A messaging security gateway is a firewall for your e-mail. Scanning both inbound and outbound e-mail, a messaging security gateway applies all of the e-mail-specific protections you need to do business in a spam, virus, and malware-laden world. At a minimum, messaging security gateways include four separate security protection features: spam filtering, virus and malware blocking, content filtering, and message archiving.
Spam filtering is the most visible feature of a messaging security gateway, and the one that draws the most kudos, and complaints, from end users. Basic spam filtering usually includes some prefiltering technology based on IP reputation (sometimes called a RBL, from the first attempts to solve this problem with IP routing, "realtime black hole" list), to block traffic from known spammers and keep load levels reasonable. Spam features in security gateways vary, but often include multiple verdicts (such as "definitely spam" and "probably spam") to help reduce the impact of false positives as well as individual quarantine systems for users to retrieve incorrectly marked e-mail.
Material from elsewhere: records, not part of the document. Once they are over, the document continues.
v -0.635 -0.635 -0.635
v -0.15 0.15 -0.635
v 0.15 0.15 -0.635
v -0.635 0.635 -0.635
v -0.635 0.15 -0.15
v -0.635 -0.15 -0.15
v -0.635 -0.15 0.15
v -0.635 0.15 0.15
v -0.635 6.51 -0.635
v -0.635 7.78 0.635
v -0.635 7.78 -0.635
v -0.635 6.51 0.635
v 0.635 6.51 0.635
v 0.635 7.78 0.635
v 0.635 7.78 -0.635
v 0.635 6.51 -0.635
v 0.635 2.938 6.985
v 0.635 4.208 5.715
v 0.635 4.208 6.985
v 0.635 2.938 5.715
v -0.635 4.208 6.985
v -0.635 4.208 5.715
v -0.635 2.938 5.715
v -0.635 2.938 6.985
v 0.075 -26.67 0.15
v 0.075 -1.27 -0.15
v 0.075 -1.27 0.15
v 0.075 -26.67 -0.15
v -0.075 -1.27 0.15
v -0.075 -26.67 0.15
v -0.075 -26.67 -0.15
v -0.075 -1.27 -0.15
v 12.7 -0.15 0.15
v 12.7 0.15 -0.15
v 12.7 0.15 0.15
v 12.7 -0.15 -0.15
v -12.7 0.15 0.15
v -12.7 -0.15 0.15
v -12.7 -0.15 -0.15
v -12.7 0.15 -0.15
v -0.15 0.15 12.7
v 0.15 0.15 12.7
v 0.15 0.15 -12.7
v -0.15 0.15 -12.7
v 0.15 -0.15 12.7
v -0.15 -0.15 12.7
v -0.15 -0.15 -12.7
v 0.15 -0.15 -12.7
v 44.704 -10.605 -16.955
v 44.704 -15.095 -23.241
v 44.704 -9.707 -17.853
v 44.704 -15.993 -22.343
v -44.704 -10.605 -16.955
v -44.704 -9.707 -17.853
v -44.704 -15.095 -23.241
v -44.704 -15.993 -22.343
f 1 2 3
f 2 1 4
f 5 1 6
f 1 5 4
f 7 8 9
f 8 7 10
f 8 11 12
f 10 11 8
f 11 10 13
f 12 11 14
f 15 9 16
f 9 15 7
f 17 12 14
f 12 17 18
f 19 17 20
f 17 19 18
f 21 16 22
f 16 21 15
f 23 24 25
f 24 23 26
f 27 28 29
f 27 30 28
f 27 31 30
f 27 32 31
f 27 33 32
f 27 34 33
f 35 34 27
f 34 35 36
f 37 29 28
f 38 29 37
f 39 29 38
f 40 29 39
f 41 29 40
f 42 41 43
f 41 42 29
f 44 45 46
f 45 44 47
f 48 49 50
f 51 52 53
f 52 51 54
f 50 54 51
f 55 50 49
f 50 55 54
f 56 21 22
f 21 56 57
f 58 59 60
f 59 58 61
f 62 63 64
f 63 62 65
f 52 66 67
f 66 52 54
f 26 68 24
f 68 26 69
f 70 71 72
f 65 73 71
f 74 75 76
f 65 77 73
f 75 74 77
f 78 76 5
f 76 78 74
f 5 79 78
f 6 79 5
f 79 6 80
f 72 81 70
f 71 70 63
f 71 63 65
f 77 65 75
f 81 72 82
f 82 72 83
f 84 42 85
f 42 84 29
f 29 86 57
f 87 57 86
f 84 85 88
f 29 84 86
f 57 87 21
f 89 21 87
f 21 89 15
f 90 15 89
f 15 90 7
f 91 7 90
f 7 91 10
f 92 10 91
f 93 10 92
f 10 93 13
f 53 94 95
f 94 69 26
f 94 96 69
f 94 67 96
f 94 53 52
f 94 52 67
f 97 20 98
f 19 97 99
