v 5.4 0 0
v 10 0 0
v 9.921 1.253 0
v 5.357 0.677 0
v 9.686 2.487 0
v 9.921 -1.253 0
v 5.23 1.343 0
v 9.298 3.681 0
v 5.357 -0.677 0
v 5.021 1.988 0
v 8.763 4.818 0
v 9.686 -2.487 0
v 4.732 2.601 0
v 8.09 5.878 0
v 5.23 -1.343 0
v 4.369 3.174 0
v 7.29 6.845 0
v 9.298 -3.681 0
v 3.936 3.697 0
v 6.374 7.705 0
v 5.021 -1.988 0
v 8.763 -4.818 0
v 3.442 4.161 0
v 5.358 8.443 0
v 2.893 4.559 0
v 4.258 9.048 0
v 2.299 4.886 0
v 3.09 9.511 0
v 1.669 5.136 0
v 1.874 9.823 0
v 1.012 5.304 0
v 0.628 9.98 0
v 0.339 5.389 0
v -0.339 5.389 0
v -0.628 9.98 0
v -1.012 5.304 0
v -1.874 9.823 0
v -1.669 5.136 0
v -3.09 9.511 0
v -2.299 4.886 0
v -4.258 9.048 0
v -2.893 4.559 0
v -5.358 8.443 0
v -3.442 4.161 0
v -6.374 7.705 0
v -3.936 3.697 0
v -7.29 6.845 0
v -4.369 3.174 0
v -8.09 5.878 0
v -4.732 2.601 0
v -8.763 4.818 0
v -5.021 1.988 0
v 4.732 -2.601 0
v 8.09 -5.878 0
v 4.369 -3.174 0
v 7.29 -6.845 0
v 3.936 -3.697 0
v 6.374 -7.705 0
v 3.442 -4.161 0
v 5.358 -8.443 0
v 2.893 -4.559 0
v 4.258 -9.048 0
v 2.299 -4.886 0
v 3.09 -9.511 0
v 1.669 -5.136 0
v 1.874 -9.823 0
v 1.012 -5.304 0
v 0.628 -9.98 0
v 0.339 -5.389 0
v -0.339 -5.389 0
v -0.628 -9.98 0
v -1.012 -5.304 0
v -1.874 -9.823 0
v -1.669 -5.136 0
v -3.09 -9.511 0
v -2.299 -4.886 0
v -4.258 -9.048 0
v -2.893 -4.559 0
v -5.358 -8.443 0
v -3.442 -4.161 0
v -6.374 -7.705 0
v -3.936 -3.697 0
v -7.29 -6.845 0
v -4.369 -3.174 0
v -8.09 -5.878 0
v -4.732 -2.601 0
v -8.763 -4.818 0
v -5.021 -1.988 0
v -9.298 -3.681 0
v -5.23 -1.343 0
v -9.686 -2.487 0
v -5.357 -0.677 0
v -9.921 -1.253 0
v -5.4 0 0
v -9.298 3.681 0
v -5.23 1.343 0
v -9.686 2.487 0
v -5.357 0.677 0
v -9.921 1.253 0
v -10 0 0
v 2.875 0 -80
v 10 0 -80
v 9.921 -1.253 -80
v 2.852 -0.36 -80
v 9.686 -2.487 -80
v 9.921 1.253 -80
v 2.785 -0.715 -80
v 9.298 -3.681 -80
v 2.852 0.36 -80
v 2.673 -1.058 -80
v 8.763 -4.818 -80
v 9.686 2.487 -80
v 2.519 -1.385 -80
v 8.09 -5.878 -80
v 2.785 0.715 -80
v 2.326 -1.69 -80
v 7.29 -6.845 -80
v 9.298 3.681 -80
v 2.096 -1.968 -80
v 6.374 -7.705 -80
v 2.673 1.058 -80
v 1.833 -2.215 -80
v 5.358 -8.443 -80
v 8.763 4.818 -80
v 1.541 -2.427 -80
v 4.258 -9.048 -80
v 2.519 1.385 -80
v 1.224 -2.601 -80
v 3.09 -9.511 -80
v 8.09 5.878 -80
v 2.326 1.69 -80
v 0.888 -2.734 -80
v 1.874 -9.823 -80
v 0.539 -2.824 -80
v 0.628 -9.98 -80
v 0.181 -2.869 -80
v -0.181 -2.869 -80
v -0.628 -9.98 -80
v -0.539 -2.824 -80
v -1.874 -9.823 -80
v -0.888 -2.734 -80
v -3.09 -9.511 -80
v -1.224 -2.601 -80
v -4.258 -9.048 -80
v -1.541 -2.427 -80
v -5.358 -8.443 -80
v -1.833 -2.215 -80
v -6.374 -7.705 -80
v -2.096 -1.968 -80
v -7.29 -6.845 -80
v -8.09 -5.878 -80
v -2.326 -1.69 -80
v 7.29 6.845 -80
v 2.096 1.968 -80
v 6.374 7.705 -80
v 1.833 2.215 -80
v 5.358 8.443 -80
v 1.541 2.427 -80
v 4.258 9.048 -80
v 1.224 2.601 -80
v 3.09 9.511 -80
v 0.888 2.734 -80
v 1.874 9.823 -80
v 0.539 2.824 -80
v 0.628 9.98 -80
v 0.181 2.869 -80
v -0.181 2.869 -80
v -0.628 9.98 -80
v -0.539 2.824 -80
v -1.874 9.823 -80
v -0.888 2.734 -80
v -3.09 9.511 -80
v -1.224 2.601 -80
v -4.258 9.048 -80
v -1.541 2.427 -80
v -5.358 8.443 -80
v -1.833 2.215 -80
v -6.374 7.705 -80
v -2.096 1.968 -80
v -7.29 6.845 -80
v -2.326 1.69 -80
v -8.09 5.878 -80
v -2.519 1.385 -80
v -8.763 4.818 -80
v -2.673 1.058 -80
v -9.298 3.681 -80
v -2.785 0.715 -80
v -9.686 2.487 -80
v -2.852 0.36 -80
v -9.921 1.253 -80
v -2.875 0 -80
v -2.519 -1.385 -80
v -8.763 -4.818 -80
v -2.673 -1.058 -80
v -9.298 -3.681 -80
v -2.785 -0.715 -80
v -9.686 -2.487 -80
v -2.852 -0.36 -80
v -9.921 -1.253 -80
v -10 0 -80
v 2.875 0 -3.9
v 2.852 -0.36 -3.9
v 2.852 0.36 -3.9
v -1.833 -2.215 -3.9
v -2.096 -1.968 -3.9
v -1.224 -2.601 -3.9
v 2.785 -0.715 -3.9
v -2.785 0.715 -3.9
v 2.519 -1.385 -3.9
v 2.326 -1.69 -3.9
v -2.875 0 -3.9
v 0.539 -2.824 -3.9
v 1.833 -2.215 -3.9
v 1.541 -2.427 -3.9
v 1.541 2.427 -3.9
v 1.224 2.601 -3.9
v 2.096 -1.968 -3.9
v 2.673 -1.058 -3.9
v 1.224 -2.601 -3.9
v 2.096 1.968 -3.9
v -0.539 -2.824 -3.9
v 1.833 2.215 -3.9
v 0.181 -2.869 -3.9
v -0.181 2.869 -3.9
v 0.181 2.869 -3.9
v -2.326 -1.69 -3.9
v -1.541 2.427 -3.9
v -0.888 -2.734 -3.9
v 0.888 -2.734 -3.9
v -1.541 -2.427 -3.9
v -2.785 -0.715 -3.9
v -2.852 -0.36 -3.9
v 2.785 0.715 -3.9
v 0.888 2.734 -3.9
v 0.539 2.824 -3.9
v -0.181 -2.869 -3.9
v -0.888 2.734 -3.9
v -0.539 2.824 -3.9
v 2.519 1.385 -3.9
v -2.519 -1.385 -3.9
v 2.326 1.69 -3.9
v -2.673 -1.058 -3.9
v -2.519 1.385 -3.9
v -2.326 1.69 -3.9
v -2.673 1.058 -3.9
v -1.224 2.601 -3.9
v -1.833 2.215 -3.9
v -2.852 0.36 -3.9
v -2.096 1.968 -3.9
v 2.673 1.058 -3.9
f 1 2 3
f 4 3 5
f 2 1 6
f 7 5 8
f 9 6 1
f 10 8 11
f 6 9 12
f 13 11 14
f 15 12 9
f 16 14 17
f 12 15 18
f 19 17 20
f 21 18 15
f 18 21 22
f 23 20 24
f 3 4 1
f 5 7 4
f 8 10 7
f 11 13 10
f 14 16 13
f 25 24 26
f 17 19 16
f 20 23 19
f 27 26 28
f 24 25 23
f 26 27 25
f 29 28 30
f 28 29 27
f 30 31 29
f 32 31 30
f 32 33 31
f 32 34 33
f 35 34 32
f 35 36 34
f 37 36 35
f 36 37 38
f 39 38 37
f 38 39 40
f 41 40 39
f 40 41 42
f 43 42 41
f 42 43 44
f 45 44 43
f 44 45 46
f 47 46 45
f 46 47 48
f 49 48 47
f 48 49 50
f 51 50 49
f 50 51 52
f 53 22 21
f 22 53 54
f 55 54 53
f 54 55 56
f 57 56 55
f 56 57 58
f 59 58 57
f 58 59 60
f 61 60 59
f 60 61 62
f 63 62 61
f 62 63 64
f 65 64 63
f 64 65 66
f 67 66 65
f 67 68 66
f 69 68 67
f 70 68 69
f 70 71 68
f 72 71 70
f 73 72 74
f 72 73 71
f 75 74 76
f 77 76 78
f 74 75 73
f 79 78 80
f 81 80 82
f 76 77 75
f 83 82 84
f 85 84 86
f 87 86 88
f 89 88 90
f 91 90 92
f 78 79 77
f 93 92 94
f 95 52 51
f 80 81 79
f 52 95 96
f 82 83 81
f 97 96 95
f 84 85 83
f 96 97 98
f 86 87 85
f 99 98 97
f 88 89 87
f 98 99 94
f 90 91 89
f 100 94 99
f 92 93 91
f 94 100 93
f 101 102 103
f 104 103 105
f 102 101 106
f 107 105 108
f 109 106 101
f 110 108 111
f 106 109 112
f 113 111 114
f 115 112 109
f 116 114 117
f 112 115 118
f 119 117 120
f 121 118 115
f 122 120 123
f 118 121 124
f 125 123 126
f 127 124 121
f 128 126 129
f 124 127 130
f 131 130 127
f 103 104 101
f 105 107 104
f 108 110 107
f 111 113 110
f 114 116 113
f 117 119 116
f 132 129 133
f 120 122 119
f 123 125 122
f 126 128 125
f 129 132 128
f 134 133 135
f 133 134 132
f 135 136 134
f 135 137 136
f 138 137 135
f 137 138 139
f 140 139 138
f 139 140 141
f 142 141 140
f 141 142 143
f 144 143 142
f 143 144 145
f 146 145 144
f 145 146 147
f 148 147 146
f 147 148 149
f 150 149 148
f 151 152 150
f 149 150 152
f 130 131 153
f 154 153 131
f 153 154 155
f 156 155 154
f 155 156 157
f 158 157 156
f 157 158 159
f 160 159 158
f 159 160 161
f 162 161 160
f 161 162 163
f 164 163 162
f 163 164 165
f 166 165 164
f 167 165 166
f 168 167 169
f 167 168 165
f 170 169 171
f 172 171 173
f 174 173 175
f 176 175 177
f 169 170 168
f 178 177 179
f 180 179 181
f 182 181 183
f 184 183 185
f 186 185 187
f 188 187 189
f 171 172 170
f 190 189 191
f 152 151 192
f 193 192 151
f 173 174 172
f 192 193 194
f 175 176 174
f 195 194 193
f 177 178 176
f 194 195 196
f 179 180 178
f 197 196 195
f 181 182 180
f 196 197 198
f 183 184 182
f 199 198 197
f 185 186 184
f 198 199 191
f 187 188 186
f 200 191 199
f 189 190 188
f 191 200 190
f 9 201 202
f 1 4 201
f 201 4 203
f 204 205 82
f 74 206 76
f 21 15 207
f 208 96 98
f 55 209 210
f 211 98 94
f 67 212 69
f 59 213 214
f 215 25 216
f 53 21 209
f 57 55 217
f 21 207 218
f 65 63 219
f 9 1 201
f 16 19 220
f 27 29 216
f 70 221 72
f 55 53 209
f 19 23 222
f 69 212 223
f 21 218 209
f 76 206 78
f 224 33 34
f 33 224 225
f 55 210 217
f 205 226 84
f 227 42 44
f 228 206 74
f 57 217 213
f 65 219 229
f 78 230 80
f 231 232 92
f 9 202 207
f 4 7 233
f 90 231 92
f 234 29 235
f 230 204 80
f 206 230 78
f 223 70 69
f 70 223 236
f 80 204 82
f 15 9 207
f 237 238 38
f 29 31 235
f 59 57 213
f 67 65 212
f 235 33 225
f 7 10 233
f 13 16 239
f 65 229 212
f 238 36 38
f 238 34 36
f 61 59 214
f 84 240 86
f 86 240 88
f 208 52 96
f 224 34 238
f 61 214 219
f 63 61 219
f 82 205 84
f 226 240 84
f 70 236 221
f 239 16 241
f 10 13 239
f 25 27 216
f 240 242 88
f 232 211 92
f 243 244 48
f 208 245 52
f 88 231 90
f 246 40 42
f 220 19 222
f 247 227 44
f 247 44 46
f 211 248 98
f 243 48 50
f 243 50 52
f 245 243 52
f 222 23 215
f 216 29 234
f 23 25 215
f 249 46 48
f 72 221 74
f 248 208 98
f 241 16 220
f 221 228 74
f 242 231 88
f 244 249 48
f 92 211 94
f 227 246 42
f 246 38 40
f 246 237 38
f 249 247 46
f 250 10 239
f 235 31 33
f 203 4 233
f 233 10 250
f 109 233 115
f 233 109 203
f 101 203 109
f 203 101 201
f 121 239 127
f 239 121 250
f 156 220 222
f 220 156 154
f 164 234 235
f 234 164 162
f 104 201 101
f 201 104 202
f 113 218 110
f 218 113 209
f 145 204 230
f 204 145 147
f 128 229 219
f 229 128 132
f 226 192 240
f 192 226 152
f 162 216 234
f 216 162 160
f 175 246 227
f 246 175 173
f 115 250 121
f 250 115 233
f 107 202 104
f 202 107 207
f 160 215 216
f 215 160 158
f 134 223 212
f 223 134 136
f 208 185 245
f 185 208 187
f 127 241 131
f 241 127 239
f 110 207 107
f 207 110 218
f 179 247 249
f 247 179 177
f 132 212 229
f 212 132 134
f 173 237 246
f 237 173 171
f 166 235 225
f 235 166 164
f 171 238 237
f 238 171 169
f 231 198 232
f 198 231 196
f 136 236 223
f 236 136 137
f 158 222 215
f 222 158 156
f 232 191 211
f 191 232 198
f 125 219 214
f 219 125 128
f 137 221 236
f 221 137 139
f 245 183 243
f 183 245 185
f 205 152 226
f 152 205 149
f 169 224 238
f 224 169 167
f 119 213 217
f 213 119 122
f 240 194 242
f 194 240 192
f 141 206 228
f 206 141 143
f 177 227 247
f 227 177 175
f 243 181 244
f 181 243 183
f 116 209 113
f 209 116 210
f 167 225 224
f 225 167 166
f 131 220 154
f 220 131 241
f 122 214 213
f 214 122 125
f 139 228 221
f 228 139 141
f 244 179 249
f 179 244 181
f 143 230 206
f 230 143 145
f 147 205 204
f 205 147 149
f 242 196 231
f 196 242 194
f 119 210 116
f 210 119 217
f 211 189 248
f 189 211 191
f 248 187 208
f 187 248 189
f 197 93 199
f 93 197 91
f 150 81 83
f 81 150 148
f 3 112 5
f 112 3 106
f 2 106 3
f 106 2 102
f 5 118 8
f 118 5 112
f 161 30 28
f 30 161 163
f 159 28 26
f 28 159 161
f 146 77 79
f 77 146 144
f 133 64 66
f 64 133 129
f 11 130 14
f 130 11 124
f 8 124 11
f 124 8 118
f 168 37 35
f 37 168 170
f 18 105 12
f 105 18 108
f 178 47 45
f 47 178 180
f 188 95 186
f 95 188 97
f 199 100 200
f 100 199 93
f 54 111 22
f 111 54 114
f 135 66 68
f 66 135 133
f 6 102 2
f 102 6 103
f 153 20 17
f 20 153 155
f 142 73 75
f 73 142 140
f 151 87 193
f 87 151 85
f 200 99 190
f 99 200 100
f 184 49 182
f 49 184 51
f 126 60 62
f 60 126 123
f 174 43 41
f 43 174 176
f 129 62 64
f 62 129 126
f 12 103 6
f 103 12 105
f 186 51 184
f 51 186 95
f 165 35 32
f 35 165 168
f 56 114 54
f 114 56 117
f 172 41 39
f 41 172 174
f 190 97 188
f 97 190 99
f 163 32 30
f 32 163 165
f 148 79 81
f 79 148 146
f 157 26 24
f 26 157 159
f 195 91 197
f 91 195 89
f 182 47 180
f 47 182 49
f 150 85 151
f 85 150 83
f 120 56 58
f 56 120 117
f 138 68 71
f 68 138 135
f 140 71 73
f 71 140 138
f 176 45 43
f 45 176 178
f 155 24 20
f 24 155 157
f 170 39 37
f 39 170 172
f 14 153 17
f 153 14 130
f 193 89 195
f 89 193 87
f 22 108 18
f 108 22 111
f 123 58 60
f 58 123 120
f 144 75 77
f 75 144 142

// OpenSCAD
$fn = 50;


difference() {
	union() {
		translate(v = [0, 0, -80.0000000000]) {
			cylinder(h = 80, r = 10.0000000000);
		}
		cylinder(h = 0, r = 13.0000000000);
	}
	union() {
		translate(v = [0, 0, 0]) {
			rotate(a = [0, 0, 0]) {
				difference() {
					union() {
						#translate(v = [0, 0, -80.0000000000]) {
							cylinder(h = 80, r = 2.6000000000);
						}
						#translate(v = [0, 0, -3.9000000000]) {
							cylinder(h = 3.9000000000, r = 10.0000000000, r1 = 2.8750000000, r2 = 5.4000000000);
						}
						#translate(v = [0, 0, -80.0000000000]) {
							cylinder(h = 80, r = 2.8750000000);
						}
						#translate(v = [0, 0, -80.0000000000]) {
							cylinder(h = 80, r = 2.6000000000);
						}
					}
					union();
				}
			}
		}
	}
}
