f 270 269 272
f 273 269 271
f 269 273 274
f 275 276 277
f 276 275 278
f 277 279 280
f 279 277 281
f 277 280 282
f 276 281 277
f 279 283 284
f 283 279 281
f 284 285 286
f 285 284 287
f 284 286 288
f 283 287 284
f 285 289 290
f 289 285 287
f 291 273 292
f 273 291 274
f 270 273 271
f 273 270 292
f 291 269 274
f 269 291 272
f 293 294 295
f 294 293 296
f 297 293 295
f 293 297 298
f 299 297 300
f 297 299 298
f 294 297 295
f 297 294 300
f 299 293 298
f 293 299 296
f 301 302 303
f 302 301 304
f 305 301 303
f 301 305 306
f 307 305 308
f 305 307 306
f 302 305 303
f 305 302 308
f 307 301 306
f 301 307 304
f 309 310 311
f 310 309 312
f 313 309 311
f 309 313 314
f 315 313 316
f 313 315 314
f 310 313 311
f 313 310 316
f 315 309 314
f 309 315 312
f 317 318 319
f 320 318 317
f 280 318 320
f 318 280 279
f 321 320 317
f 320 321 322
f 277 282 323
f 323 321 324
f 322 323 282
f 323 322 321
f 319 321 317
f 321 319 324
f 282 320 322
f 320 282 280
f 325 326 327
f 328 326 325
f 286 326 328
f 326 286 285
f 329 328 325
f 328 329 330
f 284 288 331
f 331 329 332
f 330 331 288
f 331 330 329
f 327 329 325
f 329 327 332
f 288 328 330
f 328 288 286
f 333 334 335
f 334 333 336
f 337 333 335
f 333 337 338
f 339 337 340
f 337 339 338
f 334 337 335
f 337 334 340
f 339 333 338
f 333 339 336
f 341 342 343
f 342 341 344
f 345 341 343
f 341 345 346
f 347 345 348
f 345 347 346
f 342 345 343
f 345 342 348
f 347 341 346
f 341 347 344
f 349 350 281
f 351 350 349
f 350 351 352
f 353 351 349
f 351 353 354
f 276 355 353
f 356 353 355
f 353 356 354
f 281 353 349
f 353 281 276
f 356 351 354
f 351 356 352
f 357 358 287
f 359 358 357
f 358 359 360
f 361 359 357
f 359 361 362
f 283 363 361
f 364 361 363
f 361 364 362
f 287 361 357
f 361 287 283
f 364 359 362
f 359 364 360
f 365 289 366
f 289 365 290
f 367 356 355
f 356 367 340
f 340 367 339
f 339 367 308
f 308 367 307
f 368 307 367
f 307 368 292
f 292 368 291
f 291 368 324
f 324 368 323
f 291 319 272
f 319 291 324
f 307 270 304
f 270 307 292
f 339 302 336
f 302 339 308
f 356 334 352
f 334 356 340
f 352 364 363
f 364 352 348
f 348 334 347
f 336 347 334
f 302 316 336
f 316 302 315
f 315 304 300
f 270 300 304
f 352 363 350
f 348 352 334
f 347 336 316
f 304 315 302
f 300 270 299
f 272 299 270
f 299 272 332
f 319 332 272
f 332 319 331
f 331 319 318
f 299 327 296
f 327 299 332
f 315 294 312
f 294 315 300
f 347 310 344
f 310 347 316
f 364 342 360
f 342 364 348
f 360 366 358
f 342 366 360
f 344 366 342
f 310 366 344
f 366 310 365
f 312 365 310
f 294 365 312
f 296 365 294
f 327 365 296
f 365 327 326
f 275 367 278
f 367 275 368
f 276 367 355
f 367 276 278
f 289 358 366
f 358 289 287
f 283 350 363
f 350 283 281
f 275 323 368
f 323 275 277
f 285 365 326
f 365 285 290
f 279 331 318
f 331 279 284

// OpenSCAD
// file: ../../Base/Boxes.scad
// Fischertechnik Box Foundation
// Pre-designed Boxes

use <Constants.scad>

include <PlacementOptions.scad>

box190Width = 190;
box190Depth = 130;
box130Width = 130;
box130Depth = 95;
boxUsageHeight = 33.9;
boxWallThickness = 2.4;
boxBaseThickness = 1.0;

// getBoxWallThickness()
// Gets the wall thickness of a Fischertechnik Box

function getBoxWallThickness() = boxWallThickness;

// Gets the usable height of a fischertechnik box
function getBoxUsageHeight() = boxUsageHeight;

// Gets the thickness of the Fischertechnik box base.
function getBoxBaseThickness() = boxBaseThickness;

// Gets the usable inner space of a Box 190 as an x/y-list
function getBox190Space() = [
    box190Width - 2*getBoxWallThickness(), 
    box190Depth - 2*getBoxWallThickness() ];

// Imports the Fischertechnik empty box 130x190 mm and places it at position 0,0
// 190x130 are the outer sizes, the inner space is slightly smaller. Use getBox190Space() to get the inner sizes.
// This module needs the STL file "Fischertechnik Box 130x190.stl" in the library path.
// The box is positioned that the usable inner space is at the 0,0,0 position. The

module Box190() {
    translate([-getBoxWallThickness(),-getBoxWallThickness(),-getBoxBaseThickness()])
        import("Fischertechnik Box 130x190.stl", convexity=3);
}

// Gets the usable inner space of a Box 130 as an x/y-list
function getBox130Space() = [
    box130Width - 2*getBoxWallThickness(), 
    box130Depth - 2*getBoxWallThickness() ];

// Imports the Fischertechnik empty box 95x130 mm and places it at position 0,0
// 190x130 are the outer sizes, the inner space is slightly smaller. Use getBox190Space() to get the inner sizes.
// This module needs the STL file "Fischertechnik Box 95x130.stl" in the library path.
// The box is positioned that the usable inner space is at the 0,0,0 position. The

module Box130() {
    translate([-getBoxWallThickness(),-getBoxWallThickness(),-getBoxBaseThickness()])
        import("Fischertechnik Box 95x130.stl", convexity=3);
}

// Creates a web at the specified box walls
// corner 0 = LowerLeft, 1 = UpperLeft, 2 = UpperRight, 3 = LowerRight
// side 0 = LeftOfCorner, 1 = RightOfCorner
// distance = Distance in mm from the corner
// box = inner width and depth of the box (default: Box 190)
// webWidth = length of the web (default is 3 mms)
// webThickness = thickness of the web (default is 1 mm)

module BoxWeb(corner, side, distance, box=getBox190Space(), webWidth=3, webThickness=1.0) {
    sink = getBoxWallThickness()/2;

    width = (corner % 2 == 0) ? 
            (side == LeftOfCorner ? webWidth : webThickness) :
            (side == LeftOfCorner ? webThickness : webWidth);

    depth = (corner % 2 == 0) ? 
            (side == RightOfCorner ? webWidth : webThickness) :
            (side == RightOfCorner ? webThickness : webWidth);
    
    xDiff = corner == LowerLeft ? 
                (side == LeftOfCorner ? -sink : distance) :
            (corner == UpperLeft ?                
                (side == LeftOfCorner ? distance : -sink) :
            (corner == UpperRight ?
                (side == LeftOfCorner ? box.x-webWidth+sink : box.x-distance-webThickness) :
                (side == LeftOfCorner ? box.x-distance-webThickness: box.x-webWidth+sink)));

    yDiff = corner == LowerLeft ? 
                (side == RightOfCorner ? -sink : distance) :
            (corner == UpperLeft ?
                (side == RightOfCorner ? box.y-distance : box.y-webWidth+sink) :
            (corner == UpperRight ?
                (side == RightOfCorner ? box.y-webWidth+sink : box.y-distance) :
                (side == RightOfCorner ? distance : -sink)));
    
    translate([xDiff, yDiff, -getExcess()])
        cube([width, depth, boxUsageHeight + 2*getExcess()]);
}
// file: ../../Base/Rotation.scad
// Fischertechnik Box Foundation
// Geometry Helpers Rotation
Virus and malware blocking are no less important, since about 1% of all e-mail is virus-infected, but gets much less attention than anti-spam features. Messaging security gateways normally block malware-infected e-mail without too much fanfare.
Most businesses today are also in need of content filtering and archiving features, so messaging security gateways are moving to provide these services as well. Content filtering is typically done on outbound mail, looking for information either intentionally or accidentally being sent to the Internet outside of policy. Occasionally, content filtering is also used to look for inappropriate content being sent into an organization. Message archiving features sitting at the gateway level are being touted as a way to assist in compliance and e-discovery efforts, but may not fit the bill because the gateway only sees Internet-bound e-mail. Most enterprises will find that archiving must be done at the actual e-mail server to catch internal as well as external e-mail.